Accueil Actualités Migrants : chaque semaine l’inacceptable se produit à Nantes, des mesures d’urgence dès maintenant pour que plus personne ne passe une journée sans toit et sans manger – Intervention de Julie Laernoes

Migrants : chaque semaine l’inacceptable se produit à Nantes, des mesures d’urgence dès maintenant pour que plus personne ne passe une journée sans toit et sans manger – Intervention de Julie Laernoes

La présentation du compte administratif est donc le moment de faire le point sur l’année écoulée.

A la lecture des nombreux chiffres issus du rapport financier, j’en citerai 2 qui attestent de la bonne santé financière de notre ville, malgré une nouvelle baisse en 2017 des dotations de l’État :

  1. tout d’abord la capacité de désendettement qui est passée de plus de 5 ans en 2014 à 3,4 ans fin 2017 ;

  2. ensuite une épargne brute qui atteint son niveau le plus élevé depuis 2011.
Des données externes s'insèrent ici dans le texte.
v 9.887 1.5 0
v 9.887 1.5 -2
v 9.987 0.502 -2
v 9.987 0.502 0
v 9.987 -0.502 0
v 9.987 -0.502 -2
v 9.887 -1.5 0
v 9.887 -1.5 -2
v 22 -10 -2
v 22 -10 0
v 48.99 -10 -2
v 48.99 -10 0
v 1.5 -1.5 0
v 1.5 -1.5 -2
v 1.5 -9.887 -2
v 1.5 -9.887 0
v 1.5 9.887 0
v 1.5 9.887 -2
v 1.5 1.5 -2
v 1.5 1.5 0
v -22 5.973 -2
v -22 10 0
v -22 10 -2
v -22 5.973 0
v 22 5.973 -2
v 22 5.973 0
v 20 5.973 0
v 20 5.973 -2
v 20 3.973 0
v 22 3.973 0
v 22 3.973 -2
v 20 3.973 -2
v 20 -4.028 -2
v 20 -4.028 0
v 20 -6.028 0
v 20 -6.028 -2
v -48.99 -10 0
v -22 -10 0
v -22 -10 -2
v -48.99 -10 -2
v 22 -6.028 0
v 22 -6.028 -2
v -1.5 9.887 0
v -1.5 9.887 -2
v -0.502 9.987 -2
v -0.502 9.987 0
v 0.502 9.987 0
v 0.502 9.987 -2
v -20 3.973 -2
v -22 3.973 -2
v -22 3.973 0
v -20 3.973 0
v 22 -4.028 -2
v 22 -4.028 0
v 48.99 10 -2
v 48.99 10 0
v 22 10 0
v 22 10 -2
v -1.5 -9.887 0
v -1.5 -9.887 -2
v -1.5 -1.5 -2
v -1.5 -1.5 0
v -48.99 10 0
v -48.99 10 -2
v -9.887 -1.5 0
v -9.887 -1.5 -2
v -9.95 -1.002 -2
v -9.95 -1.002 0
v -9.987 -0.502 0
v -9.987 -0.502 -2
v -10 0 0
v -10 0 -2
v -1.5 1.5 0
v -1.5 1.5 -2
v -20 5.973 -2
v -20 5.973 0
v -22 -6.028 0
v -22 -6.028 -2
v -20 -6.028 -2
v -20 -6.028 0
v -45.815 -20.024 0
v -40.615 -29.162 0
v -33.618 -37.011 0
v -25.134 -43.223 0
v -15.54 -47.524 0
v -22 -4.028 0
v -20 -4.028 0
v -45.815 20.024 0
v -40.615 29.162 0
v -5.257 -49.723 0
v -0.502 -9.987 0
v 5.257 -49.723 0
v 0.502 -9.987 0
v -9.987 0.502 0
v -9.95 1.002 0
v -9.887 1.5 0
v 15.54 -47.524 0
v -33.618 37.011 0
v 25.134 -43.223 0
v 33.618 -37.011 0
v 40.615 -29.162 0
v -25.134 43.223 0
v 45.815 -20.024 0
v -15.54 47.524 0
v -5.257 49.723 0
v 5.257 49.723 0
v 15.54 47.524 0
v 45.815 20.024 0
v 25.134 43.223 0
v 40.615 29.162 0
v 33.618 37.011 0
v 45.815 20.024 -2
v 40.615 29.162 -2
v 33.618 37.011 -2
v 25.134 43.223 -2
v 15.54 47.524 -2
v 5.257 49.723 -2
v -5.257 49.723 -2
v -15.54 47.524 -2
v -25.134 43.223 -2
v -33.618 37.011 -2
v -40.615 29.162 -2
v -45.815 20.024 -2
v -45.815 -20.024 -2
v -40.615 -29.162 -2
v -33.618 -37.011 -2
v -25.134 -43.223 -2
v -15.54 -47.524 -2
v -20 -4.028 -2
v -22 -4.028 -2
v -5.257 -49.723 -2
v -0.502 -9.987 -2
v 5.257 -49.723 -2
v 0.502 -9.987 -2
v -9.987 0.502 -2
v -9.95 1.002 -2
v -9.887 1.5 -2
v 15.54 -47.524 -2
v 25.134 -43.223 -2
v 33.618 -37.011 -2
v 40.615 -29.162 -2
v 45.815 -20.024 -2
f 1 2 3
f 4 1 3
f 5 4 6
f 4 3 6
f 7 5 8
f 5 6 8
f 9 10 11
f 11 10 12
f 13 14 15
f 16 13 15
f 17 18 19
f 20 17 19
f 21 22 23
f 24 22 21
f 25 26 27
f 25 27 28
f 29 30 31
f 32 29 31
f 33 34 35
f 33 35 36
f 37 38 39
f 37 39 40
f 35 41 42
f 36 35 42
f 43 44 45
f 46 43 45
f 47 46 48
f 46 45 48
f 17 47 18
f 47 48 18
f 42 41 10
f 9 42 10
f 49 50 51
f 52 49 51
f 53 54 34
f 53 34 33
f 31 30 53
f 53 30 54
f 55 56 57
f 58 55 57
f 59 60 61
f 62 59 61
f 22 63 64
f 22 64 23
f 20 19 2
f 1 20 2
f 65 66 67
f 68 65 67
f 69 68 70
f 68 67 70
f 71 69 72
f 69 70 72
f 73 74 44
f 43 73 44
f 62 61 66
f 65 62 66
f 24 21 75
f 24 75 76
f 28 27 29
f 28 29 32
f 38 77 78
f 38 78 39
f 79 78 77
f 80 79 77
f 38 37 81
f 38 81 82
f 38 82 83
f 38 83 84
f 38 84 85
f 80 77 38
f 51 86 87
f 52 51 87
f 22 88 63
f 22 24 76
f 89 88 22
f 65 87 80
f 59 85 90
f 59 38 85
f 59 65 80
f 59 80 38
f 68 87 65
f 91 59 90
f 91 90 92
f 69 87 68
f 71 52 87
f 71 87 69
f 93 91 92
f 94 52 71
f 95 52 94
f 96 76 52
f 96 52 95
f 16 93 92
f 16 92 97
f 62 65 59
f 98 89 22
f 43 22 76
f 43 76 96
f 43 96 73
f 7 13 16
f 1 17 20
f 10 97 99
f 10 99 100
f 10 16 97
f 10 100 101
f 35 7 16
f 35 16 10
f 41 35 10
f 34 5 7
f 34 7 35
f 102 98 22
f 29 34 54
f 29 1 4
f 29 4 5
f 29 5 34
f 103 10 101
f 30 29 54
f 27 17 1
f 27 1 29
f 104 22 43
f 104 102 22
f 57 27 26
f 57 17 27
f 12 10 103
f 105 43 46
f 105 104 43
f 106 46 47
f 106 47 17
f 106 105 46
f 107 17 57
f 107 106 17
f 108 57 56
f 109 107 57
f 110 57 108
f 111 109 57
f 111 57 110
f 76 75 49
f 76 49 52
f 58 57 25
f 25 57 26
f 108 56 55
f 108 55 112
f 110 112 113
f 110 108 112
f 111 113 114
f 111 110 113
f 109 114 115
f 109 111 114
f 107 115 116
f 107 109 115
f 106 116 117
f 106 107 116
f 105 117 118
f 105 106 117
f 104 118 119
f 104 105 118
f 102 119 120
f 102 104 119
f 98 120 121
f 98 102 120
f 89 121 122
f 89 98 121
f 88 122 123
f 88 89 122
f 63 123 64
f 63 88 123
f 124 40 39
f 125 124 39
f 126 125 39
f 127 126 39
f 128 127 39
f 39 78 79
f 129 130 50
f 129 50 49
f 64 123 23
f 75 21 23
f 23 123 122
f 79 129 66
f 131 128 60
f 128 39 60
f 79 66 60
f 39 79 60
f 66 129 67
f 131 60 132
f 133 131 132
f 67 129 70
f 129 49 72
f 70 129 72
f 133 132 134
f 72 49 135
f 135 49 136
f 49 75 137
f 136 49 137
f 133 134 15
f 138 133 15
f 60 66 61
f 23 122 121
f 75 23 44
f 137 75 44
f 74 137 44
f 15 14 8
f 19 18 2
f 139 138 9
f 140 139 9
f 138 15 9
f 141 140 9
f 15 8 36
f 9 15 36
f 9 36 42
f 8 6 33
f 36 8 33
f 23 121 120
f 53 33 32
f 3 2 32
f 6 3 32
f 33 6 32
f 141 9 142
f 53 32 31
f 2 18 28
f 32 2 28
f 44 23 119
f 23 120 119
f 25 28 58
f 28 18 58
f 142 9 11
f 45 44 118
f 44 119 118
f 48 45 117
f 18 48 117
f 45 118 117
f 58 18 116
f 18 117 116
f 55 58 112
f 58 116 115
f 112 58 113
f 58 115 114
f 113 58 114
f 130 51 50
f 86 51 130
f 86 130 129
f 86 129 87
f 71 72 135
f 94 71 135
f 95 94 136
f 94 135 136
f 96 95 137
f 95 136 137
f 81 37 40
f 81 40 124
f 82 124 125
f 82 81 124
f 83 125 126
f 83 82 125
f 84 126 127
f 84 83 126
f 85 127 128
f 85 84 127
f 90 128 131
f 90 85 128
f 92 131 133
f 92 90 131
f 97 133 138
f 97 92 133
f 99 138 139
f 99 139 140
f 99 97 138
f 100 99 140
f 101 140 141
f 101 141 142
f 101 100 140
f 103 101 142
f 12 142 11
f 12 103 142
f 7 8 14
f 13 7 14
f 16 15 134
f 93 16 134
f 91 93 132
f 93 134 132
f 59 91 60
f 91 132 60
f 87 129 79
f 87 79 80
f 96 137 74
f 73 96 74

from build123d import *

# Parameters (mm, degrees)
BOSS_EXTRUDE5_DEPTH = 2
CUT_EXTRUDE17_DEPTH = 2
SKETCH11_3_W        = 3
SKETCH11_3_H        = 3
CUT_EXTRUDE18_DEPTH = 2
CUT_EXTRUDE19_DEPTH = 2
SKETCH14_W          = 2.001486185
SKETCH14_H          = 2
CUT_EXTRUDE20_DEPTH = 2
SKETCH13_W          = 2.001486185
SKETCH13_H          = 2
CUT_EXTRUDE21_DEPTH = 2


with BuildPart() as part:
    # Sketch1 → Boss-Extrude5 (new body)
    with BuildSketch(Plane.XY):
        with BuildLine():
            Line((-22, 10), (-22, -10))
            Line((-22, -10), (-48.989794856, -10))
            ThreePointArc((-48.989794856, -10), (50, 0), (-48.989794856, 10))
            Line((-48.989794856, 10), (-22, 10))
        make_face()
    extrude(amount=-BOSS_EXTRUDE5_DEPTH)

    # Sketch11 → Cut-Extrude17 (cut)
    with BuildSketch(Plane(origin=(0, 0, -2), x_dir=(-1, 0, 0), z_dir=(0, 0, -1))):
        with BuildLine():
            Line((-1.5, 1.5), (1.5, 1.5))
            Line((1.5, 1.5), (1.5, 9.886859967))
            ThreePointArc((1.5, 9.886859967), (0, 10), (-1.5, 9.886859967))
            Line((-1.5, 9.886859967), (-1.5, 1.5))
        make_face()
    extrude(amount=-CUT_EXTRUDE17_DEPTH, mode=Mode.SUBTRACT)

    # Sketch11<3> → Cut-Extrude18 (cut)
    with BuildSketch(Plane(origin=(0, 0, -2), x_dir=(-1, 0, 0), z_dir=(0, 0, -1))):
        with BuildLine():
            Line((-9.886859967, -1.5), (-1.5, -1.5))
            Line((-1.5, -1.5), (-1.5, 1.5))
            Line((-1.5, 1.5), (-9.886859967, 1.5))
            ThreePointArc((-9.886859967, 1.5), (-10, 0), (-9.886859967, -1.5))
        make_face()
        with BuildLine():
            Line((1.5, 1.5), (1.5, -1.5))
            Line((1.5, -1.5), (9.886859967, -1.5))
            ThreePointArc((9.886859967, -1.5), (9.971674876, -0.752130419), (10, 0))
            ThreePointArc((10, 0), (9.971674876, 0.752130419), (9.886859967, 1.5))
            Line((9.886859967, 1.5), (1.5, 1.5))
        make_face()
        with BuildLine():
            Line((1.5, -9.886859967), (1.5, -1.5))
            Line((1.5, -1.5), (-1.5, -1.5))
            Line((-1.5, -1.5), (-1.5, -9.886859967))
            ThreePointArc((-1.5, -9.886859967), (0, -10), (1.5, -9.886859967))
        make_face()
        Rectangle(SKETCH11_3_W, SKETCH11_3_H)
    extrude(amount=-CUT_EXTRUDE18_DEPTH, mode=Mode.SUBTRACT)

    # Sketch1<9> → Cut-Extrude19 (cut)
    with BuildSketch(Plane.XY):
        with BuildLine():
            Line((32.494897428, 10), (22, 10))
            Line((22, 10), (22, -10))
            Line((22, -10), (48.989794856, -10))
            ThreePointArc((48.989794856, -10), (49.74680765, -5.0254481), (50, 0))
            ThreePointArc((50, 0), (49.74680765, 5.0254481), (48.989794856, 10))
            Line((48.989794856, 10), (32.494897428, 10))
        make_face()
    extrude(amount=-CUT_EXTRUDE19_DEPTH, mode=Mode.SUBTRACT)

    # Sketch14 → Cut-Extrude20 (cut)
    with BuildSketch(Plane.ZY.offset(22)):
        with Locations((-0.999256907, -5.028117734)):
            Rectangle(SKETCH14_W, SKETCH14_H)
        with Locations((-0.999256907, 4.972809543)):
            Rectangle(SKETCH14_W, SKETCH14_H)
    extrude(amount=-CUT_EXTRUDE20_DEPTH, mode=Mode.SUBTRACT)

    # Sketch13 → Cut-Extrude21 (cut)
    with BuildSketch(Plane(origin=(22, 0, 0), x_dir=(0, 0, -1), z_dir=(1, 0, 0))):
        with Locations((0.999256907, -5.028117734)):
            Rectangle(SKETCH13_W, SKETCH13_H)
        with Locations((0.999256907, 4.972809543)):
            Rectangle(SKETCH13_W, SKETCH13_H)
    extrude(amount=-CUT_EXTRUDE21_DEPTH, mode=Mode.SUBTRACT)


solid = part.part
Cette bonne santé financière nous permet d’assurer le financement de politiques publiques, dont Pascal Bolo a rappelé l’ambition et la diversité dans son diaporama et nous le verrons tout au long de ce conseil: nouvelles écoles, transition énergétique, entretien durable du patrimoine, cohésion sociale et solidarités… Ainsi nous pouvons répondre à notre échelle collectivement aux enjeux des transitions écologique, économique, démographique et démocratique.

Permettez-moi mes cher-e-s collègues avant de céder la parole aux traditionnelles joutes entre M. Bolo et M. Renaume d’un mot sur l’inquiétant contexte national. Car ce CA qui retrace l’année passée, n’est pas encore pleinement impacté par les lourdes coupes et report de responsabilité de l’Etat sur les collectivités.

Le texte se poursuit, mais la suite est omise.